Anyway... after initially thinking "f*ck it", and deciding to pull out of bothering with this, I will still arrange it. Afterall, *I* still want to go out for a curry and catch up with some folk, see some nice TTs, see some nice 'other marques' cars, and such like.

I did a stint as a regional rep myself, for a bit... but actually arranged far more meets before I took on the role. Sometimes real life has to take a front seat, you know. Paul has a lovely family which is far more deserving of his time, and he has my utmost respect and admiration for still attending / helping arrange events with / for the rest of us, and fitting this around everything else. This forum has any number of complete knobheads on it (myself included), but Paul is one of the people I won't hear a bad word said against.

So... who's in for some curry?!


----------



## markTT225 (Apr 8, 2004)

Ashton Clinton is still OK for me as a venue if all else fails.
Adam - it's only half an hour away from Watford, just up the A41


----------



## Adam RRS (May 25, 2006)

I'm sorry that your thread went this way Tim.

Didnt mean to offend anyone but I will stand up for myself when being told i'm a serial complainer.


----------



## Love_iTT (Aug 18, 2002)

:lol: :lol: :lol:

This place makes me laugh. What starts off as an innocent thread for a nice drive and curry develops into a bun fight.

So sad.

Graham


----------



## R6B TT (Feb 25, 2003)

Please kiss and make up chaps.

I'm interested in a curry nite, have no idea where Aston Clinton is but if it worked last time, lets do it again


----------



## markTT225 (Apr 8, 2004)

R6B TT said:


> have no idea where Aston Clinton is but if it worked last time, lets do it again


On the A41 between Tring and Aylesbury.


----------



## phodge (Sep 1, 2002)

I'm still up for a curry - at Aston Clinton or anywhere else for that matter. And I'm another one who finds the drive out all part of the enjoyment.

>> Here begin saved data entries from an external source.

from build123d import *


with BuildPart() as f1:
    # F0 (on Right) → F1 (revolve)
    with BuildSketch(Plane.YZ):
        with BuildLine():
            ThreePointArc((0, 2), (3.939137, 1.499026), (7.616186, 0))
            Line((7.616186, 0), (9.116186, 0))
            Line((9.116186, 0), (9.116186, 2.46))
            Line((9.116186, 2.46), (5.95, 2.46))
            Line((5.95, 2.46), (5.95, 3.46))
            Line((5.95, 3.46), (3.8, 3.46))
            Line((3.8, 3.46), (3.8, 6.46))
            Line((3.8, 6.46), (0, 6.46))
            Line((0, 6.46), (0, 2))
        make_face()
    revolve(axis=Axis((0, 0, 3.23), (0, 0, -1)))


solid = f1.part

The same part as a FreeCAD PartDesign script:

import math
import FreeCAD as App
import Part
import Sketcher
from FreeCAD import Vector

doc = App.newDocument("Part")
body = doc.addObject("PartDesign::Body", "Body")

sketch1 = body.newObject("Sketcher::SketchObject", "Sketch")
sketch1.AttachmentSupport = (doc.getObject("YZ_Plane"), [""])
sketch1.MapMode = "FlatFace"
sketch1.addGeometry([
    Part.ArcOfCircle(Part.Circle(Vector(0.1, -13.3, 0), Vector(0, 0, 1), 15.3), math.radians(60), math.radians(90)),
    Part.LineSegment(Vector(7.6, 0, 0), Vector(9.1, 0, 0)),
    Part.LineSegment(Vector(9.1, 0, 0), Vector(9.1, 2.5, 0)),
    Part.LineSegment(Vector(9.1, 2.5, 0), Vector(6, 2.5, 0)),
    Part.LineSegment(Vector(6, 2.5, 0), Vector(6, 3.5, 0)),
    Part.LineSegment(Vector(6, 3.5, 0), Vector(3.8, 3.5, 0)),
    Part.LineSegment(Vector(3.8, 3.5, 0), Vector(3.8, 6.5, 0)),
    Part.LineSegment(Vector(3.8, 6.5, 0), Vector(0, 6.5, 0)),
    Part.LineSegment(Vector(0, 6.5, 0), Vector(0, 2, 0)),
], False)
sketch1.addConstraint([
    Sketcher.Constraint("Coincident", 0, 1, 1, 1),
    Sketcher.Constraint("Coincident", 1, 2, 2, 1),
    Sketcher.Constraint("Coincident", 2, 2, 3, 1),
    Sketcher.Constraint("Coincident", 3, 2, 4, 1),
    Sketcher.Constraint("Coincident", 4, 2, 5, 1),
    Sketcher.Constraint("Coincident", 5, 2, 6, 1),
    Sketcher.Constraint("Coincident", 6, 2, 7, 1),
    Sketcher.Constraint("Coincident", 7, 2, 8, 1),
    Sketcher.Constraint("Coincident", 8, 2, 0, 2),
    Sketcher.Constraint("Horizontal", 1),
    Sketcher.Constraint("Vertical", 2),
    Sketcher.Constraint("Horizontal", 3),
    Sketcher.Constraint("Vertical", 4),
    Sketcher.Constraint("Horizontal", 5),
    Sketcher.Constraint("Vertical", 6),
    Sketcher.Constraint("Horizontal", 7),
    Sketcher.Constraint("Vertical", 8),
    Sketcher.Constraint("PointOnObject", 0, 1, -1),
    Sketcher.Constraint("PointOnObject", 7, 2, -2),
    Sketcher.Constraint("DistanceY", 4, 1, 4, 2, 1.0),
    Sketcher.Constraint("DistanceY", 6, 1, 6, 2, 3.0),
    Sketcher.Constraint("DistanceX", 1, 1, 1, 2, 1.5),
    Sketcher.Constraint("DistanceX", 7, 2, 7, 1, 3.8),
    Sketcher.Constraint("DistanceY", -1, 1, 8, 2, 2.0),
    Sketcher.Constraint("DistanceX", 5, 2, 5, 1, 2.15),
    Sketcher.Constraint("DistanceY", 2, 1, 2, 2, 2.46),
    Sketcher.Constraint("Radius", 0, 15.280471),
    Sketcher.Constraint("DistanceX", 3, 2, 3, 1, 3.166186),
])
revolution = body.newObject("PartDesign::Revolution", "Revolution")
revolution.Profile = sketch1
revolution.ReferenceAxis = (sketch1, ["V_Axis"])
revolution.Angle = 360

doc.recompute()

Adam - If you want a meet within 40 mins of your house - ORGANISE ONE!!!!


----------



## was (Mar 24, 2003)

im up for curry, not had one in ages :lol: not bothered about location as long as its within 2/3 of an hour :-*


----------



## nutts (May 8, 2002)

Depending on which night, etc we might be up for a drive... Aston Clinton is only 40 miles from us


----------



## thebears (Jan 14, 2006)

Adam TTR said:


> Why not do a list of people who are interested and then work out where..... it always seems to be so far north!?
> 
> Tims from herts, Marks from herts i'm from herts, you and Rob are from bucks arent you Paul? So Aston Clinton and Dunstable seems crazy no?


Cars are for driving not polishing you wuss :lol:


----------



## HighTT (Feb 14, 2004)

Depending on date I would be up for a curry in Aston Clinton (where IS Ashton Clinton :?: :roll: :? :wink: )
and I promise I won't bring the Alfa  .
I will start the "Sorry I can't make that week because I'm away on holiday", by saying that the week of
Monday 11th August to Friday 15th would be a GOOD week for me.


----------



## nutts (May 8, 2002)

HighTT said:


> the week of Monday 11th August to Friday 15th would be a GOOD week for me.


and us


----------



## Love_iTT (Aug 18, 2002)

If you go for the week after then you can all come along and give me loads and loads of birthday presents. :lol: :lol:

Graham


----------



## Jac-in-a-Box (Nov 9, 2002)

Good curry in that Ashton Clinton 

I did manage one last year while a guest of phodge...can I come, it's only 8 hours travelling for me?  
Won't be there 'till mid - late August though!

Dave


----------



## Adam RRS (May 25, 2006)

thebears said:


> Adam TTR said:
> 
> 
> > Why not do a list of people who are interested and then work out where..... it always seems to be so far north!?
> ...


When you leaving again?!


----------



## phodge (Sep 1, 2002)

Adam TTR said:


> Seeing that i'm now on the commitee...


Adam, as you're now on the committee you need to stop voicing your own opinions and start listening to everyone else's.


----------



## thebears (Jan 14, 2006)

Adam TTR said:


> thebears said:
> 
> 
> > Adam TTR said:
> ...


Mate I can't wait to get further than 40mins from you! :lol:


----------



## amiTT (Jul 24, 2007)

Im still up for this!


----------



## OuTTlaw (Aug 18, 2006)

Hi guys, could be up for this depending on the date  be good to have a drive out. Is this a TT meet or a bring whatever meet :?: plus will have to leave early because of early start.


----------



## Lisa. (May 7, 2002)

Flipping heck, what's happening here?

I would like a summer evening's drive out to enjoy a meal with like minded folk. Doesn't matter whether it's a TT or not. We will be in the R8, no doubt. Not bothered where it is, but Aston Clinton sounds just fine ( where ever it is) or somewhere in that area, if it's central to most, I guess.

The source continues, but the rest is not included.